Emotional wellbeing at work – fighting hidden battles.

hidden battles mental health

Emotional wellbeing at work.

I’ve always tried to look after my staff – investing in training, good remuneration packages, career plans, pension plans, private health (inc spouse & kids!), free fresh fruit, holi-birthdays, flexi-time, generous holiday allowance – lots of nice things – it’s important to me.

But I was never so good at the emotional wellbeing side of the health coin. To be honest, I’ve never been known as being the most empathetic or sympathetic of people. My wife has often said that the ‘empathy gene’ is missing from my character. I am, after all, the person who once told a colleague to ‘man up and grow a chin’ when he had been signed off with depression & stress (OK, I’m not proud of it, but it did happen. We’re good now).
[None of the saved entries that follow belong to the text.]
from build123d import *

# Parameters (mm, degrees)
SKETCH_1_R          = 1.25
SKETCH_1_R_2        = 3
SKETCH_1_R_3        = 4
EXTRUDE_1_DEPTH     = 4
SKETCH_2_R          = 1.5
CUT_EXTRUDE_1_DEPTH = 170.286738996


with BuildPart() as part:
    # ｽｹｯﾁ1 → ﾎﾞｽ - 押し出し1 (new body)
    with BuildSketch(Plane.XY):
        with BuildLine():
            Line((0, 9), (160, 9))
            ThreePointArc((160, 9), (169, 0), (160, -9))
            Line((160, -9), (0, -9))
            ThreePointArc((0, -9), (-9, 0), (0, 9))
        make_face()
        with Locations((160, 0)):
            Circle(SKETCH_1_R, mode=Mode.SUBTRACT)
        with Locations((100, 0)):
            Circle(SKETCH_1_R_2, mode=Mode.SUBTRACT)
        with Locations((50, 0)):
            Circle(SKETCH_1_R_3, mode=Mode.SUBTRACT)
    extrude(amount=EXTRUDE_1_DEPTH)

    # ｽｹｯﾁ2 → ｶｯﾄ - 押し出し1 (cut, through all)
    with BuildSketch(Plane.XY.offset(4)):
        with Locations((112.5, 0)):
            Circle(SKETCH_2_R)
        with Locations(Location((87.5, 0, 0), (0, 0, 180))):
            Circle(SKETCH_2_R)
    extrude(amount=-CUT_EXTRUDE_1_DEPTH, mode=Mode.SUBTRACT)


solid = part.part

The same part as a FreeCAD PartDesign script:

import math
import FreeCAD as App
import Part
import Sketcher

V = App.Vector
Q = App.Units.Quantity

doc = App.newDocument("Part")
body = doc.addObject("PartDesign::Body", "Body")

sketch1 = doc.addObject("Sketcher::SketchObject", "Sketch")
body.addObject(sketch1)
sketch1.AttachmentSupport = (doc.XY_Plane, [""])
sketch1.MapMode = "FlatFace"
sketch1.addGeometry(Part.LineSegment(V(160, 9, 0), V(0, 9, 0)), False)
sketch1.addGeometry(Part.ArcOfCircle(Part.Circle(V(0, 0, 0), V(0, 0, 1), 9), math.radians(90), math.radians(270)), False)
sketch1.addGeometry(Part.LineSegment(V(0, -9, 0), V(160, -9, 0)), False)
sketch1.addGeometry(Part.ArcOfCircle(Part.Circle(V(160, 0, 0), V(0, 0, 1), 9), math.radians(-90), math.radians(90)), False)
sketch1.addGeometry(Part.Circle(V(160, 0, 0), V(0, 0, 1), 1.2), False)
sketch1.addGeometry(Part.Circle(V(100, 0, 0), V(0, 0, 1), 3), False)
sketch1.addGeometry(Part.Circle(V(50, 0, 0), V(0, 0, 1), 4), False)
sketch1.addConstraint(Sketcher.Constraint("Tangent", 0, 2, 1, 1))
sketch1.addConstraint(Sketcher.Constraint("Tangent", 1, 2, 2, 1))
sketch1.addConstraint(Sketcher.Constraint("Tangent", 2, 2, 3, 1))
sketch1.addConstraint(Sketcher.Constraint("Tangent", 3, 2, 0, 1))
sketch1.addConstraint(Sketcher.Constraint("Horizontal", 0))
sketch1.addConstraint(Sketcher.Constraint("Horizontal", 2))
sketch1.addConstraint(Sketcher.Constraint("Coincident", 1, 3, -1, 1))
sketch1.addConstraint(Sketcher.Constraint("Coincident", 4, 3, 3, 3))
sketch1.addConstraint(Sketcher.Constraint("PointOnObject", 5, 3, -1))
sketch1.addConstraint(Sketcher.Constraint("PointOnObject", 6, 3, -1))
sketch1.addConstraint(Sketcher.Constraint("Diameter", 5, Q("6 mm")))
sketch1.addConstraint(Sketcher.Constraint("Diameter", 6, Q("8 mm")))
sketch1.addConstraint(Sketcher.Constraint("Radius", 1, Q("9 mm")))
sketch1.addConstraint(Sketcher.Constraint("Diameter", 4, Q("2.5 mm")))
sketch1.addConstraint(Sketcher.Constraint("DistanceX", 0, 2, 0, 1, Q("160 mm")))
sketch1.addConstraint(Sketcher.Constraint("DistanceX", -1, 1, 5, 3, Q("100 mm")))
sketch1.addConstraint(Sketcher.Constraint("DistanceX", -1, 1, 6, 3, Q("50 mm")))
pad1 = doc.addObject("PartDesign::Pad", "Pad")
body.addObject(pad1)
pad1.Profile = sketch1
pad1.Length = 4

sketch2 = doc.addObject("Sketcher::SketchObject", "Sketch001")
body.addObject(sketch2)
sketch2.AttachmentSupport = (doc.XY_Plane, [""])
sketch2.MapMode = "FlatFace"
sketch2.AttachmentOffset = App.Placement(V(0, 0, 4), App.Rotation())
sketch2.addGeometry(Part.Circle(V(112.5, 0, 0), V(0, 0, 1), 1.5), False)
sketch2.addGeometry(Part.Circle(V(87.5, 0, 0), V(0, 0, 1), 1.5), False)
sketch2.addConstraint(Sketcher.Constraint("Equal", 0, 1))
sketch2.addConstraint(Sketcher.Constraint("PointOnObject", 0, 3, -1))
sketch2.addConstraint(Sketcher.Constraint("PointOnObject", 1, 3, -1))
sketch2.addConstraint(Sketcher.Constraint("Diameter", 0, Q("3 mm")))
sketch2.addConstraint(Sketcher.Constraint("DistanceX", 1, 3, 0, 3, Q("25 mm")))
sketch2.addConstraint(Sketcher.Constraint("DistanceX", -1, 1, 0, 3, Q("112.5 mm")))
pocket1 = doc.addObject("PartDesign::Pocket", "Pocket")
body.addObject(pocket1)
pocket1.Profile = sketch2
pocket1.Type = "ThroughAll"

doc.recompute()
But then, one day, a colleague had a terrible late stage miscarriage. She was devastated. And so was I. And I was stuck, too. How does one support a colleague through such a terrible event? I did the normal, obvious things – signed her off on full pay for as long as she needed – I went to Tesco and filled a trolly with enough groceries that she could feed her family and wouldn’t need to leave the house for 2 weeks – we sent flowers and cards filled with messages of love and support. But I was still stuck. These gestures were mere sticking plasters over a gaping wound. What more could we do as a company to properly support employees when they struggled, when they were fighting private, deeply personal and painful internal battles.

The Concept

And it was around this time that I met a wonderful guy named Rob Cave. He was a lecturer on a course I was on at Cranfield and also moderated our group activities. We clicked immediately and I got to know him well. One of his areas of passion was mental health & wellbeing at work. He had the innovative idea of encouraging every company in the UK to offer emotional support services to employees and had set up a Not For Profit business to provide this. He called it The Mind Clinic. It was still at formation stage but I agreed that MRL would be client #1. Not quite a guinea pig – the service concept was thorough – but we’d trial and test drive the service and see how it went.

More than 2 years later it’s still going strong and a highly valued addition to our benefits package. Once a month Simon Parke visits our offices and takes a private meeting room on the top floor. Employees confidentially book appointments via an online portal and quietly slip away from their desks to spend 1 – 1.5 hours with Simon – no questions asked by management. What they discuss is private. Totally private. I’m told, in very general terms, that most people’s problems stem from issues outside of work. They just need a forum to air them, to vent, to cry, to rage. To talk.

I get no insight as to these problems. But what I do get is this – a happier, healthier and emotionally stronger workforce. The service is free to staff, confidential and non-judgemental. I have colleagues who know that I care about their wellbeing and that there are channels available to support them in times of need.

Which is good.

Everybody needs help, sometimes. And sometimes they just don’t know who to turn to or where to get it.

My people do – The Mind Clinic.

Oh, and I’m totally over the ‘stiff upper lip – grow a chin’ mindset. Maybe, just maybe, I’m on my way to developing a very small empathy gene……

David Stone, Chief Executive of MRL Consulting Group

(Footnote – my colleague who suffered the miscarriage went on to have a beautiful baby boy, returned to work and is the happiest I have ever seen her. Maybe, just sometimes, we really can all live happily ever after.)